• **TO DO**
Copy out exactly the lines below that run from the one holding "#50=ORIENTED_EDGE('',*,*,#49,.F.);" to the one holding "#56=VERTEX_POINT('',#55);", keeping both of those lines and no others.

*** DATA Section Begins ***

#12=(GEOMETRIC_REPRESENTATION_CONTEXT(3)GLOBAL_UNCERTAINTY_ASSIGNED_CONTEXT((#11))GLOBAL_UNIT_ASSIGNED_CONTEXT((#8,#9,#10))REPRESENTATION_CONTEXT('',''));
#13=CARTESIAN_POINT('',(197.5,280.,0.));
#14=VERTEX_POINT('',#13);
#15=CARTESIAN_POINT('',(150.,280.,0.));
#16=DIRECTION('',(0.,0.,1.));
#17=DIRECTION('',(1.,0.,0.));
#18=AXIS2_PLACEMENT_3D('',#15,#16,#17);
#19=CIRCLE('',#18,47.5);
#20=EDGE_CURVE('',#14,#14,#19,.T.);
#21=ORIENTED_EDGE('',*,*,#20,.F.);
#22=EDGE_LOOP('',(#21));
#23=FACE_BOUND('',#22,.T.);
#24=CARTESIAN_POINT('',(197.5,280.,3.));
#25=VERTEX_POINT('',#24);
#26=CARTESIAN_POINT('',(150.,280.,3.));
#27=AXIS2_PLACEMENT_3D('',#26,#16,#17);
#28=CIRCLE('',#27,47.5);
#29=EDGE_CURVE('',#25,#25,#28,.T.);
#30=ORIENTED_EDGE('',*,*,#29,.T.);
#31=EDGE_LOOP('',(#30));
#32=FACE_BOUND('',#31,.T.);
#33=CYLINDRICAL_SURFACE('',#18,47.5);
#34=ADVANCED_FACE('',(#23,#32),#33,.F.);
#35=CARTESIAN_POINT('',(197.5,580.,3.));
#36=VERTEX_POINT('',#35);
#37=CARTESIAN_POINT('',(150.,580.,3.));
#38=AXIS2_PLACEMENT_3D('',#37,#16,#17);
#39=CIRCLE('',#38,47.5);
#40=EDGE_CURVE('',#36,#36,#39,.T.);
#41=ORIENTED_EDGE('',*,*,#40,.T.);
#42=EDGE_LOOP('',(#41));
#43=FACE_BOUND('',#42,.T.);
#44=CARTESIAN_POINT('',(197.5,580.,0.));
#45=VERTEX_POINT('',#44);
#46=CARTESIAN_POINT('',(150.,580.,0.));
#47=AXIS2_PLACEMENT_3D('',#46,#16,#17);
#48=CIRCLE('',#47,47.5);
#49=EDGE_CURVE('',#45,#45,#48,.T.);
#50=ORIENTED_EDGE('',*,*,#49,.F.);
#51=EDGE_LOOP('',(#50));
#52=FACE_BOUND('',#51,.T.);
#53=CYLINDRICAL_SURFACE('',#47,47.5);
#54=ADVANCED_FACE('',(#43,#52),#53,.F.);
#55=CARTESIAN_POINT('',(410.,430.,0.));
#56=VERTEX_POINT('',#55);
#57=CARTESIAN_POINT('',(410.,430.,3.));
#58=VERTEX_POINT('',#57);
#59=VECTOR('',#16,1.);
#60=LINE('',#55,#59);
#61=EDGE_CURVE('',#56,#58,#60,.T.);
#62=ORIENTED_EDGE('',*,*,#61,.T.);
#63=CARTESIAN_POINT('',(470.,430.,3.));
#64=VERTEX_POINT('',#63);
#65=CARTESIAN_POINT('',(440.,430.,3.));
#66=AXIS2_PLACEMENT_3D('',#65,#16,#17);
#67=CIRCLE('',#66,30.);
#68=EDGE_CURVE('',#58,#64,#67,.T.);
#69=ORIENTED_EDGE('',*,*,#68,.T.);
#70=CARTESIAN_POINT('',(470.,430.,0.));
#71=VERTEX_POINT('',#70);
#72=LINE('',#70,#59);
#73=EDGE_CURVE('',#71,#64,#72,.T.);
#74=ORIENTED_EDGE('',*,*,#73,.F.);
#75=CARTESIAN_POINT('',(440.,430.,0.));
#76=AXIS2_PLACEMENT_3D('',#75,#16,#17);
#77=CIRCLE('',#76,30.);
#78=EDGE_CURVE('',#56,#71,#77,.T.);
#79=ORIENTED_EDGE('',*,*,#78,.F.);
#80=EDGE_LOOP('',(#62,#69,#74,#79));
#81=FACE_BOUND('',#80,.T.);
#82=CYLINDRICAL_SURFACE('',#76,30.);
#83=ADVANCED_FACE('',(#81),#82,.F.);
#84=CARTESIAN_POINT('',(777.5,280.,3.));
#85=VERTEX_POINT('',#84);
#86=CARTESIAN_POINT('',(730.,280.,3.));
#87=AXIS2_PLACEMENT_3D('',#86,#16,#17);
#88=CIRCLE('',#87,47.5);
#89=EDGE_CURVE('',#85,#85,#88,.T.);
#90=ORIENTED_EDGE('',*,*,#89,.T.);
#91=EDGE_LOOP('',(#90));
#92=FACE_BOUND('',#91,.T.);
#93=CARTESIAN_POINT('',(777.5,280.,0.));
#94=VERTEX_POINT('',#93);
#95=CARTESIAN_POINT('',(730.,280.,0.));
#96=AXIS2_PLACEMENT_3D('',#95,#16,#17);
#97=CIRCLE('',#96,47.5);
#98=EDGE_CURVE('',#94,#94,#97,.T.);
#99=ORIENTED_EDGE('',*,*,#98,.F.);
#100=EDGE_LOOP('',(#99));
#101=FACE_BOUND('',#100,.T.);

*** DATA Section Ends ***

• **OUTPUT OF THE EXERCISE**
#50=ORIENTED_EDGE('',*,*,#49,.F.);
#51=EDGE_LOOP('',(#50));
#52=FACE_BOUND('',#51,.T.);
#53=CYLINDRICAL_SURFACE('',#47,47.5);
#54=ADVANCED_FACE('',(#43,#52),#53,.F.);
#55=CARTESIAN_POINT('',(410.,430.,0.));
#56=VERTEX_POINT('',#55);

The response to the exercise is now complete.